Brasília - O número de transplantes de órgãos sólidos realizados no primeiro semestre deste ano aumentou em relação ao mesmo período de 2012. De janeiro a julho, foram realizadas 3.842 cirurgias, 3,8% a mais do que no ano passado. O transplantes de medula óssea aumentaram 13%. Os números foram divulgados nesta semana, durante o lançamento da campanha deste ano para a captação de órgãos.
O presidente da Associação Brasileira de Transplante de Órgãos, José Medina Pestana, afirma que o desafio do País é aprimorar a logística para captação de órgãos, corrigir a disparidades regionais, que já foram maiores, mas ainda estão presentes.
Atualmente, um brasileiro espera cerca de dois anos para fazer o transplante de coração e entre 4 e 5 para o de rim. A fila de córnea, em alguns lugares do País foi zerada: praticamente não há espera entre a indicação e a realização da cirurgia em Pernambuco, Paraná, Rio Grande do Sul, São Paulo e Distrito Federal. Medina afirma que o feito não será alcançado para órgãos sólidos. "Ela nunca será zerada, porque, diante do envelhecimento da população, há um aumento da demanda. E uma tendência na redução de mortes em pessoas jovens."

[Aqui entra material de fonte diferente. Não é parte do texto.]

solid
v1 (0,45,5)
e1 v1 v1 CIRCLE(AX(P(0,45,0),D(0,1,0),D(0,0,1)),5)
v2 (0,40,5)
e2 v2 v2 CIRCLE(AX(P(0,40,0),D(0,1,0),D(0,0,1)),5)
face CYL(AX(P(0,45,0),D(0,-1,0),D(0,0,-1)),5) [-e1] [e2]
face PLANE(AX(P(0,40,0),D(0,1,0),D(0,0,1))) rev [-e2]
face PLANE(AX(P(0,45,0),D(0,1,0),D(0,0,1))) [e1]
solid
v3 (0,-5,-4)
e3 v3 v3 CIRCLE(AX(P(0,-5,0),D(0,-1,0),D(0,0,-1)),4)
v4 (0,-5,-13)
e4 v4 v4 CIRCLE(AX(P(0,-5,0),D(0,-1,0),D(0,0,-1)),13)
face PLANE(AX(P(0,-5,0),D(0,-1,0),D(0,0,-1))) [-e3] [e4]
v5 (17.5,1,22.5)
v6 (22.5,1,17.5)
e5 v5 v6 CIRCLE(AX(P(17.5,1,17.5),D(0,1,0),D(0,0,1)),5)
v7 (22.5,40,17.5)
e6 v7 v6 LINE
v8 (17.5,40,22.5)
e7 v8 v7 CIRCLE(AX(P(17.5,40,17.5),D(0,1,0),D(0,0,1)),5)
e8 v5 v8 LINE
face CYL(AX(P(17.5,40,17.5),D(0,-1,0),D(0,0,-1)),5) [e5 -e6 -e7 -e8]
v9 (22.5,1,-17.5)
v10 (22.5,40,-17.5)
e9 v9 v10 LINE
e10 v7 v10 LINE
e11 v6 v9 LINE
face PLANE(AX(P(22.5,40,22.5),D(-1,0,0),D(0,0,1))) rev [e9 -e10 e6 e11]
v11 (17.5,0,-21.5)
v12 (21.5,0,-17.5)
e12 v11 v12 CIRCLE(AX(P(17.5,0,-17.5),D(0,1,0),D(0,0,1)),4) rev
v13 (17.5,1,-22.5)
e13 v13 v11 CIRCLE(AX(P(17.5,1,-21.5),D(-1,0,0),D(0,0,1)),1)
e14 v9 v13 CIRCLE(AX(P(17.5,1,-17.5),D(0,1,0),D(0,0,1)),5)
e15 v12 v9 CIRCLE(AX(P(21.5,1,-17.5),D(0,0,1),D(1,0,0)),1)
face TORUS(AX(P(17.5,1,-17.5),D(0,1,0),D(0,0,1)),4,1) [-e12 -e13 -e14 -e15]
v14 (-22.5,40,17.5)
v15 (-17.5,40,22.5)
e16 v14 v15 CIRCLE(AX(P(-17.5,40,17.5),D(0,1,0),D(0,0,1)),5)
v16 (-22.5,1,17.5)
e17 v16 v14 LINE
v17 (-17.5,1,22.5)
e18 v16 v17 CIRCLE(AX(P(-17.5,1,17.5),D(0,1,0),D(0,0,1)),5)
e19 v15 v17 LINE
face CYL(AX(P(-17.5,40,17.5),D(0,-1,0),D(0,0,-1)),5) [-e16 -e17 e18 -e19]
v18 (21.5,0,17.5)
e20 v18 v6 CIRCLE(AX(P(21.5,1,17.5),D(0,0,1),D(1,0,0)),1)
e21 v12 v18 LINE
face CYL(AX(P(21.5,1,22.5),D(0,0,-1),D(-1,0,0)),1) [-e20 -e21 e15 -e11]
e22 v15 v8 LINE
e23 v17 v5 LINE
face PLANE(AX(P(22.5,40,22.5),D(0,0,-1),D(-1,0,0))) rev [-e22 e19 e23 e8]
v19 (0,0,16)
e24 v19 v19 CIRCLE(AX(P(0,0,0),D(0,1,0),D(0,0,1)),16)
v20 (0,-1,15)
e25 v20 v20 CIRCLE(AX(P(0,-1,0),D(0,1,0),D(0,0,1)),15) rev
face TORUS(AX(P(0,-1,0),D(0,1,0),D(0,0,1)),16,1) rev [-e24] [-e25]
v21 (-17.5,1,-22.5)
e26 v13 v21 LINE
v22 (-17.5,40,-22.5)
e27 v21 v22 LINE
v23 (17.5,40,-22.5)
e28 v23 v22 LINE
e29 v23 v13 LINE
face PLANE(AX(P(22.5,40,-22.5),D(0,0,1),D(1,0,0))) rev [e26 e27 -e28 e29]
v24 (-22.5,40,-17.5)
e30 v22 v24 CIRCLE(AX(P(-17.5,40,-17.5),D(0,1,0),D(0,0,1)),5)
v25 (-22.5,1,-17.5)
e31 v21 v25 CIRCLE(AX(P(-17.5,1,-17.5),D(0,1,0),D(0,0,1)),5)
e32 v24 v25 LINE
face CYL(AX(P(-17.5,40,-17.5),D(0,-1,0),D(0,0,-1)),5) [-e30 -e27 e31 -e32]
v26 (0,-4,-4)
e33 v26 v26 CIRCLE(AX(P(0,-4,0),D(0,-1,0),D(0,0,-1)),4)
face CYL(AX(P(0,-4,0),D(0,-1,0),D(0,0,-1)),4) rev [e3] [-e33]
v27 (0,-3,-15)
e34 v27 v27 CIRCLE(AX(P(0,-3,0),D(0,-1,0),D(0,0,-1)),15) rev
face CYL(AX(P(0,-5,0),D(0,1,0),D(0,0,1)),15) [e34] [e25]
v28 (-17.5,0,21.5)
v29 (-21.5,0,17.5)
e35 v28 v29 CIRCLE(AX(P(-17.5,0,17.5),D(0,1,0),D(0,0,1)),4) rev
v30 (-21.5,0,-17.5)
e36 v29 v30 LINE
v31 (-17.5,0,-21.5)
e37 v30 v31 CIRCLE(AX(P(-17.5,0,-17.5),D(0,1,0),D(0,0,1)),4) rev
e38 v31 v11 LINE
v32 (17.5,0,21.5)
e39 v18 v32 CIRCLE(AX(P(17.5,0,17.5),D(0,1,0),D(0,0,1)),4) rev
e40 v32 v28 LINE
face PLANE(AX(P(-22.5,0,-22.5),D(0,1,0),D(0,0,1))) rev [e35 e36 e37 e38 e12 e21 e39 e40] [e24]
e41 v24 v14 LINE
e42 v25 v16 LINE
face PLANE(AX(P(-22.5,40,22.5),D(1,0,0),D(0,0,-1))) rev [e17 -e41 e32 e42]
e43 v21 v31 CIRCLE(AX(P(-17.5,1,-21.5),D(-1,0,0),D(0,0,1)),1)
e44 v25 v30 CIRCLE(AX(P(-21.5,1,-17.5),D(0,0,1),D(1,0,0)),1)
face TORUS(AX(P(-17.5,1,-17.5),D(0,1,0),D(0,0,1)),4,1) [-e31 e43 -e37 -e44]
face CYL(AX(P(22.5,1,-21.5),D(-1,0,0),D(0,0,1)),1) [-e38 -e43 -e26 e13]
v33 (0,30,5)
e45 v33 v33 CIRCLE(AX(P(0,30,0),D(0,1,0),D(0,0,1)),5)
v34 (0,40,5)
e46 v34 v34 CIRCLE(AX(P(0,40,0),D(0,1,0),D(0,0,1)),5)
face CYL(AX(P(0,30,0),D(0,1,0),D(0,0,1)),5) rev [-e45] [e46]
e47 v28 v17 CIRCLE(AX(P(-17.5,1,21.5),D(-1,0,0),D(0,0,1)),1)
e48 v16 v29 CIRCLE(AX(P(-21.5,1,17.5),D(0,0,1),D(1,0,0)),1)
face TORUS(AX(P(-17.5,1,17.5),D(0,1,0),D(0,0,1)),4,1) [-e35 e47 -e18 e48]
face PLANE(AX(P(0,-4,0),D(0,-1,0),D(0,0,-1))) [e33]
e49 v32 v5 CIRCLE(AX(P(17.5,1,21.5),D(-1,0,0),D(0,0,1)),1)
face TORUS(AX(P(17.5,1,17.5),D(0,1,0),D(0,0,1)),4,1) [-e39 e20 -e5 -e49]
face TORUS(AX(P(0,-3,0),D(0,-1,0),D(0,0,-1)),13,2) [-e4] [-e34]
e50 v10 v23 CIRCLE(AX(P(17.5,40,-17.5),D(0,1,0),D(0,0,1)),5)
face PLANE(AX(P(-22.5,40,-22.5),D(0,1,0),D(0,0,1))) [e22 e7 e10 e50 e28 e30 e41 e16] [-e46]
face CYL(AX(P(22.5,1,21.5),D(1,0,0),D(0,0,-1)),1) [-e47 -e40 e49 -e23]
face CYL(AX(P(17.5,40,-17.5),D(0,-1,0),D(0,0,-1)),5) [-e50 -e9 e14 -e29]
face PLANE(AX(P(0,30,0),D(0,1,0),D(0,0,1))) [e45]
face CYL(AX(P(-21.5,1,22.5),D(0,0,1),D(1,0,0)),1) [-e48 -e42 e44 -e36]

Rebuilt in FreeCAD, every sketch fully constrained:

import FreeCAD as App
import Part
import Sketcher
from FreeCAD import Vector
Q = App.Units.Quantity


def edges_at(feature, points):
    """Names of the edges that pass closest to the given points."""
    edges = feature.Shape.Edges
    near = lambda p: min(range(len(edges)), key=lambda i: edges[i].distToShape(Part.Vertex(*p))[0])
    return sorted({f"Edge{near(p) + 1}" for p in points})


def add_polygon(sketch, points):
    """Adds a closed chain of lines whose ends are joined by coincident constraints."""
    first, n = sketch.GeometryCount, len(points)
    for a, b in zip(points, points[1:] + points[:1]):
        sketch.addGeometry(Part.LineSegment(App.Vector(*a, 0), App.Vector(*b, 0)), False)
    for i in range(n):
        sketch.addConstraint(Sketcher.Constraint("Coincident", first + i, 2, first + (i + 1) % n, 1))

doc = App.newDocument("Part")
params = doc.addObject("Spreadsheet::Sheet", "Params")
for row, (alias, value) in enumerate([
    ("sketch1_width", "45 mm"),
    ("pad1_length", "40 mm"),
    ("sketch2_diameter", "10 mm"),
    ("pocket1_length", "10 mm"),
    ("fillet_radius", "5 mm"),
    ("sketch3_diameter", "30 mm"),
    ("pad2_length", "5 mm"),
    ("fillet2_radius", "2 mm"),
    ("fillet3_radius", "1 mm"),
    ("sketch4_diameter", "8 mm"),
    ("pocket2_length", "1 mm"),
    ("sketch5_diameter", "10 mm"),
    ("pad3_length", "5 mm"),
], start=1):
    params.set(f"A{row}", alias)
    params.set(f"B{row}", "=" + value)
    params.setAlias(f"B{row}", alias)

body = doc.addObject("PartDesign::Body", "Body")

sketch1 = body.newObject("Sketcher::SketchObject", "Sketch")
sketch1.AttachmentSupport = (doc.getObject("XZ_Plane"), [""])
sketch1.MapMode = "FlatFace"
add_polygon(sketch1, [(-22.5, -22.5), (-22.5, 22.5), (22.5, 22.5), (22.5, -22.5)])
sketch1.addConstraint(Sketcher.Constraint("Vertical", 0))
sketch1.addConstraint(Sketcher.Constraint("Horizontal", 1))
sketch1.addConstraint(Sketcher.Constraint("Vertical", 2))
sketch1.addConstraint(Sketcher.Constraint("Horizontal", 3))
sketch1.addConstraint(Sketcher.Constraint("Symmetric", 0, 2, 2, 2, -1, 1))
sketch1.addConstraint(Sketcher.Constraint("Equal", 3, 0))
sketch1.addConstraint(Sketcher.Constraint("DistanceX", 1, 1, 1, 2, Q("45 mm")))
sketch1.setExpression("Constraints[10]", "Params.sketch1_width")
pad1 = body.newObject("PartDesign::Pad", "Pad")
pad1.Profile = sketch1
pad1.setExpression("Length", "Params.pad1_length")
pad1.Reversed = True

sketch2 = body.newObject("Sketcher::SketchObject", "Sketch001")
sketch2.AttachmentSupport = (doc.getObject("XZ_Plane"), [""])
sketch2.MapMode = "FlatFace"
sketch2.AttachmentOffset = App.Placement(Vector(0, 0, -40), App.Rotation())
sketch2.addGeometry(Part.Circle(Vector(0, 0, 0), Vector(0, 0, 1), 5), False)
sketch2.addConstraint(Sketcher.Constraint("Coincident", 0, 3, -1, 1))
sketch2.addConstraint(Sketcher.Constraint("Diameter", 0, Q("10 mm")))
sketch2.setExpression("Constraints[1]", "Params.sketch2_diameter")
pocket1 = body.newObject("PartDesign::Pocket", "Pocket")
pocket1.Profile = sketch2
pocket1.setExpression("Length", "Params.pocket1_length")
pocket1.Reversed = True
doc.recompute()

fillet = body.newObject("PartDesign::Fillet", "Fillet")
fillet.Base = (pocket1, edges_at(pocket1, [
    (-22.5, 20, -22.5),
    (22.5, 20, -22.5),
    (22.5, 20, 22.5),
    (-22.5, 20, 22.5),
]))
fillet.setExpression("Radius", "Params.fillet_radius")

sketch3 = body.newObject("Sketcher::SketchObject", "Sketch002")
sketch3.AttachmentSupport = (doc.getObject("XZ_Plane"), [""])
sketch3.MapMode = "FlatFace"
sketch3.addGeometry(Part.Circle(Vector(0, 0, 0), Vector(0, 0, 1), 15), False)
sketch3.addConstraint(Sketcher.Constraint("Coincident", 0, 3, -1, 1))
sketch3.addConstraint(Sketcher.Constraint("Diameter", 0, Q("30 mm")))
sketch3.setExpression("Constraints[1]", "Params.sketch3_diameter")
pad2 = body.newObject("PartDesign::Pad", "Pad001")
pad2.Profile = sketch3
pad2.setExpression("Length", "Params.pad2_length")
doc.recompute()

fillet2 = body.newObject("PartDesign::Fillet", "Fillet001")
fillet2.Base = (pad2, edges_at(pad2, [(0, -5, -15)]))
fillet2.setExpression("Radius", "Params.fillet2_radius")
doc.recompute()

fillet3 = body.newObject("PartDesign::Fillet", "Fillet002")
fillet3.Base = (fillet2, edges_at(fillet2, [
    (-22.5, 0, 0),
    (0, 0, -22.5),
    (22.5, 0, 0),
    (0, 0, 22.5),
    (-21.036, 0, 21.036),
    (21.036, 0, 21.036),
    (21.036, 0, -21.036),
    (-21.036, 0, -21.036),
    (0, 0, -15),
]))
fillet3.setExpression("Radius", "Params.fillet3_radius")

sketch4 = body.newObject("Sketcher::SketchObject", "Sketch003")
sketch4.AttachmentSupport = (doc.getObject("XZ_Plane"), [""])
sketch4.MapMode = "FlatFace"
sketch4.AttachmentOffset = App.Placement(Vector(0, 0, 5), App.Rotation())
sketch4.addGeometry(Part.Circle(Vector(0, 0, 0), Vector(0, 0, 1), 4), False)
sketch4.addConstraint(Sketcher.Constraint("Coincident", 0, 3, -1, 1))
sketch4.addConstraint(Sketcher.Constraint("Diameter", 0, Q("8 mm")))
sketch4.setExpression("Constraints[1]", "Params.sketch4_diameter")
pocket2 = body.newObject("PartDesign::Pocket", "Pocket001")
pocket2.Profile = sketch4
pocket2.setExpression("Length", "Params.pocket2_length")
body2 = doc.addObject("PartDesign::Body", "Body001")

sketch5 = body2.newObject("Sketcher::SketchObject", "Sketch004")
sketch5.AttachmentSupport = (doc.getObject("XZ_Plane001"), [""])
sketch5.MapMode = "FlatFace"
sketch5.AttachmentOffset = App.Placement(Vector(0, 0, -40), App.Rotation())
sketch5.addGeometry(Part.Circle(Vector(0, 0, 0), Vector(0, 0, 1), 5), False)
sketch5.addConstraint(Sketcher.Constraint("Coincident", 0, 3, -1, 1))
sketch5.addConstraint(Sketcher.Constraint("Diameter", 0, Q("10 mm")))
sketch5.setExpression("Constraints[1]", "Params.sketch5_diameter")
pad3 = body2.newObject("PartDesign::Pad", "Pad002")
pad3.Profile = sketch5
pad3.setExpression("Length", "Params.pad3_length")
pad3.Reversed = True

doc.recompute()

O presidente da ABTO avalia que o programa registrou grandes avanços nos últimos tempos. Além da ampliação do acesso à cirurgia, ele destaca a transparência no processo para captação e escolha do paciente a ser transplantado. "Ninguém nunca ouviu irregularidades . Nossos sistema é modelo para outros países e nos orgulhamos por isso."
O Ministério da Saúde criou o Plano Nacional de Apoio às Centrais de Notificação e Captação e Distribuições de Órgãos Estaduais e criou um incentivo financeiro para estruturar e qualificar estas unidades. Para instalação dos centros, serão concedidos valores que variam entre R$100 mil a R$ 200 mil. A medida tem como objetivo ampliar a oferta de serviços em Estados do País e reduzir as desigualdades. "Nosso esforço é descentralizar o atendimento, ampliar o acesso ao serviço em todo o País." Até alguns anos, a maior parte do atendimento ficava concentrada nos Estados de São Paulo, Minas e Rio Grande do Sul.
O Ministério da Saúde também ampliou o limite para realização de exames de compatibilidade, usados para cadastros de doadores no Registro Brasileiro de Doadores Voluntários de Medula Óssea. Atualmente, podem ser feitos até 267 mil exames por ano, por Estado Com a nova medida, o limite será ampliado para 400 mil. Atualmente, 95% das cirurgias de transplantes são realizadas pelo Sistema Único de Saúde.